University of Melbourne (Parkville campus) 

This seminar will centre on Carver’s recently published essay "How (not) to decolonize Marx/ism”. Since the late 1970s, postcolonial theorising and decolonising activisms have directed attention to a taken-for-granted Eurocentrism in Marx/ism. Since the early 2000s, the explosion in available texts, published in original languages and in English translation, has enabled these critiques to develop. Scholars of Marx and activists within Marxism have sometimes responded defensively with apologetics. We will analyse an exemplar of this dogmatic and moralising genre, showing how it deploys three tropes that commonly structure intellectual biography and scholarly commentary. These three story-telling devices are: projection, passivity, and hermeticism. Shifting gear, and proceeding from an agent-oriented reading strategy, we will then consider an alternative theoretical practice. In our recovering, re-thinking, and rereading of the relatively neglected and undervalued Part VIII of Capital, Vol. 1, we argue that Marx/ism represents an important ally and inspiration for decolonisers. That demonstration resets the terms through which Eurocentrism supposedly makes sense.

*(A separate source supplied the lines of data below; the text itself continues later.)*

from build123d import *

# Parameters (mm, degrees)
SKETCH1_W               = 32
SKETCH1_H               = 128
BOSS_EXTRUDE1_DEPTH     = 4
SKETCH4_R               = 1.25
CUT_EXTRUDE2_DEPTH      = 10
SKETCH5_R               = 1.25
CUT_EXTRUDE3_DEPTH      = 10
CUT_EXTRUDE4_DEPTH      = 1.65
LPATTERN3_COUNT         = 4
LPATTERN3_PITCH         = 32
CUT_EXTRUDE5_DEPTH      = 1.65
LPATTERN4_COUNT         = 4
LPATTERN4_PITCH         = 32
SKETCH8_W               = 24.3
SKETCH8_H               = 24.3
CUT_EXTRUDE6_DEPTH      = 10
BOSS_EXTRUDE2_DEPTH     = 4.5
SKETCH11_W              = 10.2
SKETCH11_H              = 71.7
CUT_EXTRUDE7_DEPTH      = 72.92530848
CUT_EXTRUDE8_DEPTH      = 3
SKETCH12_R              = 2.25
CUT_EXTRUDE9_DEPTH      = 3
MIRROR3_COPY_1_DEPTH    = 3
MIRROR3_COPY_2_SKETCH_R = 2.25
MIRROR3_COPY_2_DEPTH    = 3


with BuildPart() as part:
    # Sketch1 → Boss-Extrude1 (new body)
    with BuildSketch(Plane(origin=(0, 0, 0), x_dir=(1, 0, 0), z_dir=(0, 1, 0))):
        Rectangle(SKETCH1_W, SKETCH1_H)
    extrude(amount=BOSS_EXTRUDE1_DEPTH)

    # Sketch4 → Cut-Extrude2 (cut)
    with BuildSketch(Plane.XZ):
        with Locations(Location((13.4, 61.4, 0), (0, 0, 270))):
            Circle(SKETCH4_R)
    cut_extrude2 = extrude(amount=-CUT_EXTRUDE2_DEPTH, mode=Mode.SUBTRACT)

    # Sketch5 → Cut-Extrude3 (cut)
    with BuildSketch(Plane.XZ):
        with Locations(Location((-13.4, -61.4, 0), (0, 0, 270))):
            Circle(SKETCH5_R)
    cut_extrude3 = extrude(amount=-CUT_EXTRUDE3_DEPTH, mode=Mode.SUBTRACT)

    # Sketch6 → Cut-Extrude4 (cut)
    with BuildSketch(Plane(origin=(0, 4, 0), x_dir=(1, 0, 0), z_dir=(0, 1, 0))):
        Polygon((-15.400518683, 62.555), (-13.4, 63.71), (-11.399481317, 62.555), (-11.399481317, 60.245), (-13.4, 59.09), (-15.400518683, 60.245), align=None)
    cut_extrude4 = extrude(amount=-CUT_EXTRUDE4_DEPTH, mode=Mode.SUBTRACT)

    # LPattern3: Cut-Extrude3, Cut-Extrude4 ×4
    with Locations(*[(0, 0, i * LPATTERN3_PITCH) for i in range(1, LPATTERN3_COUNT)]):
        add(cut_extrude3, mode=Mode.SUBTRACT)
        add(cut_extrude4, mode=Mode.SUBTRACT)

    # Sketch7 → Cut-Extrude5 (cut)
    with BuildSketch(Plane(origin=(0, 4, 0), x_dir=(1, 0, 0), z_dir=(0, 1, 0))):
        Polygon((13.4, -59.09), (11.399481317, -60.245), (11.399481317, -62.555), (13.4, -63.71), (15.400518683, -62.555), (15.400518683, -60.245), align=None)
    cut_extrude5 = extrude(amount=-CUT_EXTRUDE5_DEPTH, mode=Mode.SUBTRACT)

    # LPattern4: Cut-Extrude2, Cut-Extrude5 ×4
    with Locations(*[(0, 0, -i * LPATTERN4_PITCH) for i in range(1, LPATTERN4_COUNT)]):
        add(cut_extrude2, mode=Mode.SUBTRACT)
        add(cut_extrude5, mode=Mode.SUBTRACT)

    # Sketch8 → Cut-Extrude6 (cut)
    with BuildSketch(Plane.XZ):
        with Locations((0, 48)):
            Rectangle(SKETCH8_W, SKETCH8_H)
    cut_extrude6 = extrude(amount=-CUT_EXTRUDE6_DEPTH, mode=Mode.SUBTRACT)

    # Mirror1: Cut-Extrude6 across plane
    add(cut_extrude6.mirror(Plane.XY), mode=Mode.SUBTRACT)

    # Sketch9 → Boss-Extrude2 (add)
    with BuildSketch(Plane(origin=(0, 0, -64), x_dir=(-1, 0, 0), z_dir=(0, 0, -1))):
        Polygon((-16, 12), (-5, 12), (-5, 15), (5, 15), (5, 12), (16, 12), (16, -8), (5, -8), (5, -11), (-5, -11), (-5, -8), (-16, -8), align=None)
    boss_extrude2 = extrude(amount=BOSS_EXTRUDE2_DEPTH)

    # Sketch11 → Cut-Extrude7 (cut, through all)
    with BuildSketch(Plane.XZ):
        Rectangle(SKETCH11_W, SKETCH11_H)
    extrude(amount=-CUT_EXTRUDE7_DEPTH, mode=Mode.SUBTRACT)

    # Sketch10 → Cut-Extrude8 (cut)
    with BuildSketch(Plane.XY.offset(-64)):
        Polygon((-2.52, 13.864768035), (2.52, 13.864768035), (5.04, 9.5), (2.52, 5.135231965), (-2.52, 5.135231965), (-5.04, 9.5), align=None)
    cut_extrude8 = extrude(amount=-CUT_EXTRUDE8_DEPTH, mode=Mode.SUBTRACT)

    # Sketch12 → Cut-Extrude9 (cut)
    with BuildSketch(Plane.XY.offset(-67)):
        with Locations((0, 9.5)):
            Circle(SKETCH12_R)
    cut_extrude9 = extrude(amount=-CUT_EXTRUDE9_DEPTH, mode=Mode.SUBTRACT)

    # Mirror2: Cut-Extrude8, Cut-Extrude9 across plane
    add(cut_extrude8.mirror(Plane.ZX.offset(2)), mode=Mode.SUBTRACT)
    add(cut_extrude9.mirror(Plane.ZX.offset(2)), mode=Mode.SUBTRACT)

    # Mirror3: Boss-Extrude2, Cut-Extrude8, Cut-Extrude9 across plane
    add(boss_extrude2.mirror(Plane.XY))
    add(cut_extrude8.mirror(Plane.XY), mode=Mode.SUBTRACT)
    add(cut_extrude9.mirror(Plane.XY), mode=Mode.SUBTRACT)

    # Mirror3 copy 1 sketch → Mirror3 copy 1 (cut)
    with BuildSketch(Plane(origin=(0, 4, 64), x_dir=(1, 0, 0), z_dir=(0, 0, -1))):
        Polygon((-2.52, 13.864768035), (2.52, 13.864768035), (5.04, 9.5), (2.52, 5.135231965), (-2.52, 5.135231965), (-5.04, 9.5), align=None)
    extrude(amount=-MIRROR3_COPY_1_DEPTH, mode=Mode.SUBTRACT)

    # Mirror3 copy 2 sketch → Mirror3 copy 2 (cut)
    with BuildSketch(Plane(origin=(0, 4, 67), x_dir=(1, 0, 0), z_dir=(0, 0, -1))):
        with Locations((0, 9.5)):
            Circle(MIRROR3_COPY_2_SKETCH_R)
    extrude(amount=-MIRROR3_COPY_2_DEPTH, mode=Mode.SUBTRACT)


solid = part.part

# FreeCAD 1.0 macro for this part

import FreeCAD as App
import Part
import Sketcher
from FreeCAD import Vector
Q = App.Units.Quantity


def add_polygon(sketch, points):
    """Adds a closed chain of lines whose ends are joined by coincident constraints."""
    first, n = sketch.GeometryCount, len(points)
    for a, b in zip(points, points[1:] + points[:1]):
        sketch.addGeometry(Part.LineSegment(App.Vector(*a, 0), App.Vector(*b, 0)), False)
    for i in range(n):
        sketch.addConstraint(Sketcher.Constraint("Coincident", first + i, 2, first + (i + 1) % n, 1))

doc = App.newDocument("Part")
params = doc.addObject("Spreadsheet::Sheet", "Params")
for row, (alias, value) in enumerate([
    ("sketch1_width", "32 mm"),
    ("sketch1_height", "128 mm"),
    ("pad1_length", "4 mm"),
    ("sketch2_diameter", "2.5 mm"),
    ("pocket1_length", "10 mm"),
    ("sketch3_diameter", "2.5 mm"),
    ("pocket2_length", "10 mm"),
    ("sketch4_height", "2.31 mm"),
    ("sketch4_length", "2.31 mm"),
    ("pocket3_length", "1.65 mm"),
    ("linearpattern_pitch", "32 mm"),
    ("sketch5_height", "2.31 mm"),
    ("sketch5_length", "2.31 mm"),
    ("pocket4_length", "1.65 mm"),
    ("linearpattern2_pitch", "32 mm"),
    ("sketch6_width", "24.3 mm"),
    ("pocket5_length", "10 mm"),
    ("sketch7_width", "11 mm"),
    ("sketch7_width2", "10 mm"),
    ("sketch7_height", "20 mm"),
    ("sketch7_height2", "3 mm"),
    ("pad2_length", "4.5 mm"),
    ("sketch8_width", "10.2 mm"),
    ("sketch8_height", "71.7 mm"),
    ("sketch9_width", "5.04 mm"),
    ("sketch9_length", "5.04 mm"),
    ("pocket7_length", "3 mm"),
    ("sketch10_diameter", "4.5 mm"),
    ("pocket8_length", "3 mm"),
    ("sketch11_width", "5.04 mm"),
    ("sketch11_length", "5.04 mm"),
    ("pocket9_length", "3 mm"),
    ("sketch12_diameter", "4.5 mm"),
    ("pocket10_length", "3 mm"),
], start=1):
    params.set(f"A{row}", alias)
    params.set(f"B{row}", "=" + value)
    params.setAlias(f"B{row}", alias)

body = doc.addObject("PartDesign::Body", "Body")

Terrell Carver is Professor of Political Theory at the University of Bristol, UK. He has published widely on Marx, Engels, and Marxisms, including texts, translations and biography; and on sex, gender, and sexuality, including masculinities, feminist theory and queer studies. His latest books are Marx (Polity, 2018); Engels Before Marx (Palgrave, 2021); and The Life and Thought of Friedrich Engels, 30th anniversary edition (Palgrave, 2021). He is co-editor-in-chief of Contemporary Political Theory, and co-general-editor of three book series: Routledge Innovators in Political Theory (Taylor & Francis); Marx, Engels, and Marxisms (Palgrave); Globalization (Rowman & Littlefield).

All welcome, no registration necessary.